Stored records
'''

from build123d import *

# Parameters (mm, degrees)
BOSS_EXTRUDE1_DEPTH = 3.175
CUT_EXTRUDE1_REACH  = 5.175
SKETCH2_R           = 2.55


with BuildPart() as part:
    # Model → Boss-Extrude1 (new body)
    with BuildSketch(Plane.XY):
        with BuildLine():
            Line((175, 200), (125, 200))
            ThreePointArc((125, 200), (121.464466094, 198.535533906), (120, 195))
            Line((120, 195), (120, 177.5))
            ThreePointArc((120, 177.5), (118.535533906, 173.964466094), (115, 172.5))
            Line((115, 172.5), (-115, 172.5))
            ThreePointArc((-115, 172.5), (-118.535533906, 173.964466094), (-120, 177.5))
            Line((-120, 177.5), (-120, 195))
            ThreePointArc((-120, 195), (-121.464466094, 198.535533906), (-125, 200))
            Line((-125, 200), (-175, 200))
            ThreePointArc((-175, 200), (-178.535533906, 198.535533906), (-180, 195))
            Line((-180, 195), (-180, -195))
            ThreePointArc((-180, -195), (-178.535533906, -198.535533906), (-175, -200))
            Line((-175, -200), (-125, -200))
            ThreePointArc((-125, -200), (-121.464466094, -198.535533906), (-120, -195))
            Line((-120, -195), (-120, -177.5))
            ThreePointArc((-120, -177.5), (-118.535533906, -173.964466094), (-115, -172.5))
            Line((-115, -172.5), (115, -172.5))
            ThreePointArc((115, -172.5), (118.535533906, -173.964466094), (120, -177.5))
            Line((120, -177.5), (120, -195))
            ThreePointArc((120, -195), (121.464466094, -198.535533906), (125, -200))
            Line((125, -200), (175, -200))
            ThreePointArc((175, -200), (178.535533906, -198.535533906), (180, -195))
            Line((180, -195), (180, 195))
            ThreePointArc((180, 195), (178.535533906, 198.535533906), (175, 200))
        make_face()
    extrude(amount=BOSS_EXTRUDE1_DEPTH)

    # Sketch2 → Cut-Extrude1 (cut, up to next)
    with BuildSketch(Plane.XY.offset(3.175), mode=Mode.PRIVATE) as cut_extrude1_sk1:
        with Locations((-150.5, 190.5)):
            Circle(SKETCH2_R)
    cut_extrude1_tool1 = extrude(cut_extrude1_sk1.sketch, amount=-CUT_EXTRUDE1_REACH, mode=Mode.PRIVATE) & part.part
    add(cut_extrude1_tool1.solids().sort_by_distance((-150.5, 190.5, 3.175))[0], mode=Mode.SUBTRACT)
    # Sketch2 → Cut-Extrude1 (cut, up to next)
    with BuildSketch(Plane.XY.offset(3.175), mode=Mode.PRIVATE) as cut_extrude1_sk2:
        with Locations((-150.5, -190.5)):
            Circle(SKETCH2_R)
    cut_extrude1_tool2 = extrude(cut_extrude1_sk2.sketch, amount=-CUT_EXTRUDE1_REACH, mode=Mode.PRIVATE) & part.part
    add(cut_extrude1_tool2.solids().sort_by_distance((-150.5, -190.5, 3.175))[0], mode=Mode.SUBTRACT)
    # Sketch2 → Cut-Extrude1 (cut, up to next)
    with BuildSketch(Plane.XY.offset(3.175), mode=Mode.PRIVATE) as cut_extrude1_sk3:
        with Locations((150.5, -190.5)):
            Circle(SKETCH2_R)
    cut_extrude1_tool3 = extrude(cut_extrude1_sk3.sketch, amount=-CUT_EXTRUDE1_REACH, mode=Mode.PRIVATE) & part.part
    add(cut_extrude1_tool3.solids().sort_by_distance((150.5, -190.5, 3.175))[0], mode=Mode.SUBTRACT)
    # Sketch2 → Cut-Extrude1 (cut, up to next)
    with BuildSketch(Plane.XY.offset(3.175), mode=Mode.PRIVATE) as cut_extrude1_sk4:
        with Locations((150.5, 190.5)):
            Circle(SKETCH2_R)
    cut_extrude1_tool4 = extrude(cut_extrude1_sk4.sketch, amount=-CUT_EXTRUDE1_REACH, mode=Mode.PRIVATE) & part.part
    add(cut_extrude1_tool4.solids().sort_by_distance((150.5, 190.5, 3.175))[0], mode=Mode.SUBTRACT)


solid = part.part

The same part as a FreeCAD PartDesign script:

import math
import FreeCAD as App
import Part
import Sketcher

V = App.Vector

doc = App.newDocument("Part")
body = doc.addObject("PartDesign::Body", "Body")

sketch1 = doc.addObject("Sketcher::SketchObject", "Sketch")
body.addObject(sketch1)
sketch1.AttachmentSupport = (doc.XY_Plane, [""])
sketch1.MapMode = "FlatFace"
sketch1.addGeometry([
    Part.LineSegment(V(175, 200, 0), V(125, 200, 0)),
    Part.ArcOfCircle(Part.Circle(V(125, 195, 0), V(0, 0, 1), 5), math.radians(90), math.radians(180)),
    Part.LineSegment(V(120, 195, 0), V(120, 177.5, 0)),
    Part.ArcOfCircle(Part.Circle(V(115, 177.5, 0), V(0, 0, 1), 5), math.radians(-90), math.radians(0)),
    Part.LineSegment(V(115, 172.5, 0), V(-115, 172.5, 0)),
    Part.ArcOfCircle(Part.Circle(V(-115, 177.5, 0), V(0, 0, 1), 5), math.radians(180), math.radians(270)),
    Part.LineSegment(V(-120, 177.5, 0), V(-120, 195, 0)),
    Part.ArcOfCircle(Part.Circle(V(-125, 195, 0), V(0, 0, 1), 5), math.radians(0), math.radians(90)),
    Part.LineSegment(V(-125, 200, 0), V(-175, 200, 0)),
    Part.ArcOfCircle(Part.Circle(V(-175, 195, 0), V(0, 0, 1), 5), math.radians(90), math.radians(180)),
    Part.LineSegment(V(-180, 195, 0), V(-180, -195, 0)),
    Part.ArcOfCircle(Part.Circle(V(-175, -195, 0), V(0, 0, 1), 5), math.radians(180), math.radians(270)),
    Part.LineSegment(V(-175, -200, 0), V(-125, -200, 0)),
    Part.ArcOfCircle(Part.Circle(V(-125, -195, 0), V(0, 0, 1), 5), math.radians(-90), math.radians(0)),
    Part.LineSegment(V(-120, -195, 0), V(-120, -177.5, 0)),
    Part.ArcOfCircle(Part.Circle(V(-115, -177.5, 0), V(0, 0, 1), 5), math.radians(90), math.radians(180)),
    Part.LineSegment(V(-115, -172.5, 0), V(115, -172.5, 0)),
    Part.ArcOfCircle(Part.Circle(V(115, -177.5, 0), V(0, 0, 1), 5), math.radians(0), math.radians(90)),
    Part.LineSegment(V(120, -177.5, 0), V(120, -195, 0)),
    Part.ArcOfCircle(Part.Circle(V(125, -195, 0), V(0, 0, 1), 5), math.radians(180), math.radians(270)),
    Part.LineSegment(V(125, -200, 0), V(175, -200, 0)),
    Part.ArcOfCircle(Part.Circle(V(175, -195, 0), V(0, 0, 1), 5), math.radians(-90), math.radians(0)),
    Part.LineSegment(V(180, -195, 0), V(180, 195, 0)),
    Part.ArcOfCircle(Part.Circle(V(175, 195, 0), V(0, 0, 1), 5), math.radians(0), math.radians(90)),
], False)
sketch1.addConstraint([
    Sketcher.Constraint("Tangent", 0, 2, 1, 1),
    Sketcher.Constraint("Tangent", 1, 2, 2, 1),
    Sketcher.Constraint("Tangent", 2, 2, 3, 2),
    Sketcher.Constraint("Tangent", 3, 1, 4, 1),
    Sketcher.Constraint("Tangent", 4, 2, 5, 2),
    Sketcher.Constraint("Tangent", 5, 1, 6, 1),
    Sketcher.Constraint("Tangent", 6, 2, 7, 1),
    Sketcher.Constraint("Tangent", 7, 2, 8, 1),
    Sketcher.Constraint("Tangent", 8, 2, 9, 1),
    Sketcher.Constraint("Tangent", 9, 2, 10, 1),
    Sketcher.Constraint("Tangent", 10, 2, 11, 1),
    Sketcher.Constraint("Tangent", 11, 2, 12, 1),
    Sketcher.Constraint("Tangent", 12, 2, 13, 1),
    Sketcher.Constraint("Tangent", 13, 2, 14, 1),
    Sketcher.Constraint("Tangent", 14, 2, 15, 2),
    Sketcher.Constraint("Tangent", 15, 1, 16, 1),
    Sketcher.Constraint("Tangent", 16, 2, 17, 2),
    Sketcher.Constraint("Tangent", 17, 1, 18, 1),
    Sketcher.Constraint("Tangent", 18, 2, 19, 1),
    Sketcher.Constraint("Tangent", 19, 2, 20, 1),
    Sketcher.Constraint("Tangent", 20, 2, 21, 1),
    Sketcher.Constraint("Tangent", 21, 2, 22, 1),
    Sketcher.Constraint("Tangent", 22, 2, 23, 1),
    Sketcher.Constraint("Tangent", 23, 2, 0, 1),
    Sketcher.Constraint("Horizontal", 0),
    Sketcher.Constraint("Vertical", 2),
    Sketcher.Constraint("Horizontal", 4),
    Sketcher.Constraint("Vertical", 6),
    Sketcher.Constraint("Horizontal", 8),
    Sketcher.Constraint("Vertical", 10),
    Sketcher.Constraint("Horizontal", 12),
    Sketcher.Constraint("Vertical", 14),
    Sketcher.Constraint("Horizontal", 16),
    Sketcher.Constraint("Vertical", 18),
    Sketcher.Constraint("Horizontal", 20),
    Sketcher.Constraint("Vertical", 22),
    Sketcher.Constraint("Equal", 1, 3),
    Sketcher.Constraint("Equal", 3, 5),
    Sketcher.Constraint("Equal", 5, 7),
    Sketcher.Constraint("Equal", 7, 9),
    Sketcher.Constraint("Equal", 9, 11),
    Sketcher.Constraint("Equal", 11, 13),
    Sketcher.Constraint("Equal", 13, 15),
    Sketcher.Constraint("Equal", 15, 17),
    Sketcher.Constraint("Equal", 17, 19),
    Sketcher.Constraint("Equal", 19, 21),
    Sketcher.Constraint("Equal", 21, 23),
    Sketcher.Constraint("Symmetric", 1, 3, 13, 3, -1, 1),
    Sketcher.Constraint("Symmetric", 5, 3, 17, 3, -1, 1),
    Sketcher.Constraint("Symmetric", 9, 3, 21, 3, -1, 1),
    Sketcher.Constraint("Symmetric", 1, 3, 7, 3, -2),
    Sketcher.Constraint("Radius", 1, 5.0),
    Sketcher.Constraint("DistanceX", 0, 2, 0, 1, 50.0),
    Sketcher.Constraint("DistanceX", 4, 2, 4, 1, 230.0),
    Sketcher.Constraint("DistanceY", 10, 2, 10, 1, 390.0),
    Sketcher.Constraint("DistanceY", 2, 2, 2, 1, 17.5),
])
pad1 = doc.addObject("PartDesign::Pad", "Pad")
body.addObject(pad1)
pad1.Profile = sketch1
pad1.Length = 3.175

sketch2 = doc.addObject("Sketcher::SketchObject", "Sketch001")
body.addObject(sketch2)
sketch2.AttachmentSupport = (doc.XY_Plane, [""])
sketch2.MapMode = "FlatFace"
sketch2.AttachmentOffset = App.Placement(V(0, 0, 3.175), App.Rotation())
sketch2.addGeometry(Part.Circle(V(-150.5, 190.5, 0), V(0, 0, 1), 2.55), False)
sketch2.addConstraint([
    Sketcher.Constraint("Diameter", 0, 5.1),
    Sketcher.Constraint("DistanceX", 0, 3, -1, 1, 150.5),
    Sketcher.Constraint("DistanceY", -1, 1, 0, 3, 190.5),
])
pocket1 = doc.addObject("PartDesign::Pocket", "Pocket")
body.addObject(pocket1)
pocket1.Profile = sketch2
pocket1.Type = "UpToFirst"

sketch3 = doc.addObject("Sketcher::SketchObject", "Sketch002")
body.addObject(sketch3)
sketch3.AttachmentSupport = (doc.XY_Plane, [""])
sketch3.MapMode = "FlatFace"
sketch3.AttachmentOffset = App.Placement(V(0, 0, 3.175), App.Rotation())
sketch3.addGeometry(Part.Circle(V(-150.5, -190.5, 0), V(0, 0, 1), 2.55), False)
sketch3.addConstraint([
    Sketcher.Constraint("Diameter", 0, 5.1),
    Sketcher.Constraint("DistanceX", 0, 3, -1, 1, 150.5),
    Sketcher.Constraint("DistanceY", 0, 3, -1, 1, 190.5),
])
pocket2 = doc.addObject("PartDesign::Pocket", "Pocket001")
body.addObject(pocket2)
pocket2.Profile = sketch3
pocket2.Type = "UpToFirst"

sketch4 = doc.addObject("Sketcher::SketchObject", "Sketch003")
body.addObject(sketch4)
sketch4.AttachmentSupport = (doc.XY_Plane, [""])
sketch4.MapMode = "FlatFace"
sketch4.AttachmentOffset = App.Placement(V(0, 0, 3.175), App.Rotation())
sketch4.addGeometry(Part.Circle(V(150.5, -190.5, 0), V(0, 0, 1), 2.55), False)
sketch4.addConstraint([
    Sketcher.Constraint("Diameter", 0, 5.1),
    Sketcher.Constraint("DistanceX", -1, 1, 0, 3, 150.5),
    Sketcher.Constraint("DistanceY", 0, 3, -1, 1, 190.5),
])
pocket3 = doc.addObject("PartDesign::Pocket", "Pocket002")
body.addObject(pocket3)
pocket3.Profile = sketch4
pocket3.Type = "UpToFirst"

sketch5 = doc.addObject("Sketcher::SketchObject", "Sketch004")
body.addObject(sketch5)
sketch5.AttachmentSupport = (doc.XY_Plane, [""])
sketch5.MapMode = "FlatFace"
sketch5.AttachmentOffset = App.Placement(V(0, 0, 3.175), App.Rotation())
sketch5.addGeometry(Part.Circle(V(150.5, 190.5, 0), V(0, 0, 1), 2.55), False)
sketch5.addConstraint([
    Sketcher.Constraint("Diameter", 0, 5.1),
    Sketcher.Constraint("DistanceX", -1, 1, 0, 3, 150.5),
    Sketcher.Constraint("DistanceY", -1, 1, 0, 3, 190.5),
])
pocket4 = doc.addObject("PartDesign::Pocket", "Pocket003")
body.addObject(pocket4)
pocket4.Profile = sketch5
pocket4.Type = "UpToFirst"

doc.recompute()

'''
'''

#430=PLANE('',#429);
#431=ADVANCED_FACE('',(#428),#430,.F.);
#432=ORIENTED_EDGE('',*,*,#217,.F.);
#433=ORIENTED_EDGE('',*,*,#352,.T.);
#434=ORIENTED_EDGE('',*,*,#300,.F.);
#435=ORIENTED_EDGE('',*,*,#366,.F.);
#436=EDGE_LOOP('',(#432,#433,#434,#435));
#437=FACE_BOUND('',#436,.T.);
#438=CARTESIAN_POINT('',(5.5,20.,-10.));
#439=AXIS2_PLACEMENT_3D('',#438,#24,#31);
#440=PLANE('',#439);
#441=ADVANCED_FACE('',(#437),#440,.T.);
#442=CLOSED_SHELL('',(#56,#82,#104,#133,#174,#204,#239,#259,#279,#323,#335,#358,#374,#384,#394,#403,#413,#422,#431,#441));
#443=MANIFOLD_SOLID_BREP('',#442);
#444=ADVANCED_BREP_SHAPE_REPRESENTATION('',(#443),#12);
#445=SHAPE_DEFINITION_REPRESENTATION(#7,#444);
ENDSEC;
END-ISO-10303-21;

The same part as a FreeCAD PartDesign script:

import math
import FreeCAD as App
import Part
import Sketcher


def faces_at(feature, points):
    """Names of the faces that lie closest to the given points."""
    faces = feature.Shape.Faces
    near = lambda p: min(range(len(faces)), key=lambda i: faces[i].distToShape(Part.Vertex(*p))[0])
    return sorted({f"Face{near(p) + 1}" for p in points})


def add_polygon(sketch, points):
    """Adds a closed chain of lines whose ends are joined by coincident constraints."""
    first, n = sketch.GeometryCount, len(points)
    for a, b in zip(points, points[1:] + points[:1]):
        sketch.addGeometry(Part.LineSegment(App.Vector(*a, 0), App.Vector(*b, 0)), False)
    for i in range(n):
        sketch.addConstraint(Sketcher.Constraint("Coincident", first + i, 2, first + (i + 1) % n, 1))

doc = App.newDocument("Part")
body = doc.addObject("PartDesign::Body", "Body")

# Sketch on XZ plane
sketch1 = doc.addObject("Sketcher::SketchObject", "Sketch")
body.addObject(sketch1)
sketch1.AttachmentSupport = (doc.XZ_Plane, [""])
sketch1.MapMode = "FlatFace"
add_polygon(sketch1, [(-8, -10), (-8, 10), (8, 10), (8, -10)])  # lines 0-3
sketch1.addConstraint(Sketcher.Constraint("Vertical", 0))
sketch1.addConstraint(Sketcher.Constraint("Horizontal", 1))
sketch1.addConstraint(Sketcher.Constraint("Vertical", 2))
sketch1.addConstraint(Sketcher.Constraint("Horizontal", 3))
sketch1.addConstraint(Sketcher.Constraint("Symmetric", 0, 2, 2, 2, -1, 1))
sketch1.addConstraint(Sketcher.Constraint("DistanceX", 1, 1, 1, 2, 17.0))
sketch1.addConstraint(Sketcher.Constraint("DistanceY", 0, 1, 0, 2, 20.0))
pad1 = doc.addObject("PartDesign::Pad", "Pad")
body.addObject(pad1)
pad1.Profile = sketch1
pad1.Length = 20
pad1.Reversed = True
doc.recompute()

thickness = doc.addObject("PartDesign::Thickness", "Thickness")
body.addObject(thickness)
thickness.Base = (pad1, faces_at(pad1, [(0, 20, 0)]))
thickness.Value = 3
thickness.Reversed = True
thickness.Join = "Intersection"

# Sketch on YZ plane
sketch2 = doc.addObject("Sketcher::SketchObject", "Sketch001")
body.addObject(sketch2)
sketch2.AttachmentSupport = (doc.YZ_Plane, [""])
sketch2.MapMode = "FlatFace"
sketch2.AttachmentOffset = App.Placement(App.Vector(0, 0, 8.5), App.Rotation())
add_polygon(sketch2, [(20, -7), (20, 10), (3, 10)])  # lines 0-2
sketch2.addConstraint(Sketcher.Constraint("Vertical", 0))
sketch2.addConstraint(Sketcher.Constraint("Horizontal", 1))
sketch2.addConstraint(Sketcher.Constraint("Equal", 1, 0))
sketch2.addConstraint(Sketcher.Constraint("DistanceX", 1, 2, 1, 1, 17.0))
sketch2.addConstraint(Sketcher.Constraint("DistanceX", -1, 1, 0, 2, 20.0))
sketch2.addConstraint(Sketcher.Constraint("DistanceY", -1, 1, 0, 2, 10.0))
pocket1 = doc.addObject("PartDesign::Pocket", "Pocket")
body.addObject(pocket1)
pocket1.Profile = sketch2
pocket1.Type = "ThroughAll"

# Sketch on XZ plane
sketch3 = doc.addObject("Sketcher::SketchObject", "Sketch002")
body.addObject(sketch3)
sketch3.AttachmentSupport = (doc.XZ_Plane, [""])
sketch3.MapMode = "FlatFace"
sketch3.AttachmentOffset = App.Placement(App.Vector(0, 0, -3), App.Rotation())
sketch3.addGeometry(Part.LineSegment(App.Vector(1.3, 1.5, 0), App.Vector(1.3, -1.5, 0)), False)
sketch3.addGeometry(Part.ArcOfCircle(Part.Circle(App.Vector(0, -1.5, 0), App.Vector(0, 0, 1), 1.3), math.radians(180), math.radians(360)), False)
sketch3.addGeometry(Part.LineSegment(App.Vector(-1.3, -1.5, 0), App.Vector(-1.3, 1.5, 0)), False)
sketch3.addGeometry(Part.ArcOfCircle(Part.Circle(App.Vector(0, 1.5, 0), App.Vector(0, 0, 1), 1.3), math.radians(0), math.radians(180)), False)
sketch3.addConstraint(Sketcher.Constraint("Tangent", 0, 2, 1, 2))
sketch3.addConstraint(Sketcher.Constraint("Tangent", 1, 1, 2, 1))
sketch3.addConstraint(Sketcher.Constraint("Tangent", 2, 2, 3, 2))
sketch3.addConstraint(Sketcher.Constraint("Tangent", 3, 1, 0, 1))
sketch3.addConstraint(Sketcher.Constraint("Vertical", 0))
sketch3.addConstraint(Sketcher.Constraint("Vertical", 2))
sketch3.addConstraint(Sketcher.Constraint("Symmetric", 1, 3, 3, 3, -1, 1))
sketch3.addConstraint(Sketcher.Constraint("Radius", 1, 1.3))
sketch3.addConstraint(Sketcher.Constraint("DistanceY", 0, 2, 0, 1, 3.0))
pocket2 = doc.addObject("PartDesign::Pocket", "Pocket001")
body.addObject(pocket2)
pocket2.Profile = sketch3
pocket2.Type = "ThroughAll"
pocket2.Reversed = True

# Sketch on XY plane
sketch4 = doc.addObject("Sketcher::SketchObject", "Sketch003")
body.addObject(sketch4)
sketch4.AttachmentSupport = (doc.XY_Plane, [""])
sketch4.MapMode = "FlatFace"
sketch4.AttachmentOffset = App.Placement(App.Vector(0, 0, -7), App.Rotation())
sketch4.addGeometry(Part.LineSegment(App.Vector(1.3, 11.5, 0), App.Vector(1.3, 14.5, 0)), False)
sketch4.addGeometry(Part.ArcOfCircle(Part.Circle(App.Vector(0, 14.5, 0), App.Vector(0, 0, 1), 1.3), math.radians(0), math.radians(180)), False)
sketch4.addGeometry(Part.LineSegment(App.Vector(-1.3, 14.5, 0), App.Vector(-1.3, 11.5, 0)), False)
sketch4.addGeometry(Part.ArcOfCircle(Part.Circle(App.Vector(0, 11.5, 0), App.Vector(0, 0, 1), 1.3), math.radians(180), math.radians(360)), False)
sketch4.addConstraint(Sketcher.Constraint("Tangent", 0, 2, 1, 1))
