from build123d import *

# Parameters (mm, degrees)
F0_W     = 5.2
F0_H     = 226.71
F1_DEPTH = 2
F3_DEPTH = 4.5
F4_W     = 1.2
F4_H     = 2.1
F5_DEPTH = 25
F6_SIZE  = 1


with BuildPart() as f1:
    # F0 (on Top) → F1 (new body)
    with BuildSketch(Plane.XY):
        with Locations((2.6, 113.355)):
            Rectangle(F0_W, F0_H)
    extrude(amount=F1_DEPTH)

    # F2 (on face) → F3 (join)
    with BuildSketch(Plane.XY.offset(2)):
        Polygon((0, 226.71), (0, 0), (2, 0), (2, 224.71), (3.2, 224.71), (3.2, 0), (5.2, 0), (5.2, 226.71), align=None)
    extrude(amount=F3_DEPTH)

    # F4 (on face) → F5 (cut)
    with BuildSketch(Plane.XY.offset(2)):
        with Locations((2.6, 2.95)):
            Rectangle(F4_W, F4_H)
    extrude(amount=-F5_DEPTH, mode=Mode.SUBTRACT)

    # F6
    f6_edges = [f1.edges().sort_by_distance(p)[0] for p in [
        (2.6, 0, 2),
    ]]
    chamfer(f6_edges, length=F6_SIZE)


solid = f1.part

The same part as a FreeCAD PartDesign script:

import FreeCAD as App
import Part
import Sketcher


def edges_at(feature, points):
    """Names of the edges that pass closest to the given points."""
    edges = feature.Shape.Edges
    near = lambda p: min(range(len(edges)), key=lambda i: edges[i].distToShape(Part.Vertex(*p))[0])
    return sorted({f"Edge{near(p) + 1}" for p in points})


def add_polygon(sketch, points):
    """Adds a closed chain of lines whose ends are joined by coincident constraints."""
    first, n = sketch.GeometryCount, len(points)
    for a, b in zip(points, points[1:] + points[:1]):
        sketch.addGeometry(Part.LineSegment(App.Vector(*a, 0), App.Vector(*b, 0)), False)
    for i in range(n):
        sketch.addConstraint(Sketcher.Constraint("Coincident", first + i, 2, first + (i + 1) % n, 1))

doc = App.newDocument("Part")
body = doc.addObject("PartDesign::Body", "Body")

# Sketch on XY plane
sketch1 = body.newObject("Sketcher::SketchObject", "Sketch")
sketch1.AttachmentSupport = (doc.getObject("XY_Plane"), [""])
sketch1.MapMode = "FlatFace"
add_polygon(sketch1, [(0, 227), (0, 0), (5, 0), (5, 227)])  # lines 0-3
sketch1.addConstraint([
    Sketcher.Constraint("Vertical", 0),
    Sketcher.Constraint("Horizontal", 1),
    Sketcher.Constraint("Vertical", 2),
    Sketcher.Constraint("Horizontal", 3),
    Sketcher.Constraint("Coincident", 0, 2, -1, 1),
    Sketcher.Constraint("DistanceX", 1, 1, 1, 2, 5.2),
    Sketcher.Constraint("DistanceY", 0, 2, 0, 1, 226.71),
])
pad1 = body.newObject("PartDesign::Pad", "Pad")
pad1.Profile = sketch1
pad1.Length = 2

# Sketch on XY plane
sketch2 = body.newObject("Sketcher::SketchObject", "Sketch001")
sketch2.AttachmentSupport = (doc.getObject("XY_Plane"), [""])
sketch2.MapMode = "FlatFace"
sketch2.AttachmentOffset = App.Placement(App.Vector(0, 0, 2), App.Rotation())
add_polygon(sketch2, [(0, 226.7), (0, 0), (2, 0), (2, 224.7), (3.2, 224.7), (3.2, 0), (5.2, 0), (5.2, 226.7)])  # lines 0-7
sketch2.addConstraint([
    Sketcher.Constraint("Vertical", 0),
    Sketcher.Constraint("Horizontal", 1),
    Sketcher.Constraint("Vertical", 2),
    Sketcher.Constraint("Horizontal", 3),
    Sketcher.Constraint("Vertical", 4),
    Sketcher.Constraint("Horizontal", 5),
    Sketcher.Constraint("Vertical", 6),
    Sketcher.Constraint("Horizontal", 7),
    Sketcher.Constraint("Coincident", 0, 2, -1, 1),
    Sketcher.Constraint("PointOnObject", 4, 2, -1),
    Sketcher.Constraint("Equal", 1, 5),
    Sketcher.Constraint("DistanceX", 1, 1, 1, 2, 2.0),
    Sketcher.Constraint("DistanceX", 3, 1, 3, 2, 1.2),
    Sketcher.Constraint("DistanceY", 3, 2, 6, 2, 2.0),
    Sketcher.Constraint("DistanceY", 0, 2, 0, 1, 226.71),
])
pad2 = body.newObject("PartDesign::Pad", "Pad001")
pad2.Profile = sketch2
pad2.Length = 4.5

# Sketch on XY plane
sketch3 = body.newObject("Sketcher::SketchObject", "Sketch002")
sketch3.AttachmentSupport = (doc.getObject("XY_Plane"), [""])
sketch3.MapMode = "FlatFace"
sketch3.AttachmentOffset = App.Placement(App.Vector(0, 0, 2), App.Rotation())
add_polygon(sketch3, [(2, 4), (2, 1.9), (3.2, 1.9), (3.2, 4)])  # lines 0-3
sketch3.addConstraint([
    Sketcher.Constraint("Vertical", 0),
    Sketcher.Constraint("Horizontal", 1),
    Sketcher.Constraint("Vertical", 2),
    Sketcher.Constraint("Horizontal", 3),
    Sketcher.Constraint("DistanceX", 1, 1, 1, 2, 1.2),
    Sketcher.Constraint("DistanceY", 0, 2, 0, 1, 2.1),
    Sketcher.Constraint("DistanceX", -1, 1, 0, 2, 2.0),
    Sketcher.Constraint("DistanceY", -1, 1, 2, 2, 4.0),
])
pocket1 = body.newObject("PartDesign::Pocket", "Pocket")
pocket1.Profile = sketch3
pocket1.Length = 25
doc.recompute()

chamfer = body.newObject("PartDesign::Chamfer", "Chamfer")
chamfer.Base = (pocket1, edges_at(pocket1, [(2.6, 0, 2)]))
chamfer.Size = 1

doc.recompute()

'''

→ **WHAT TO DO**
Scan the records above line by line, counting those where the word "solids" appears, and give the count alone.

→ **YOUR RESPONSE**
4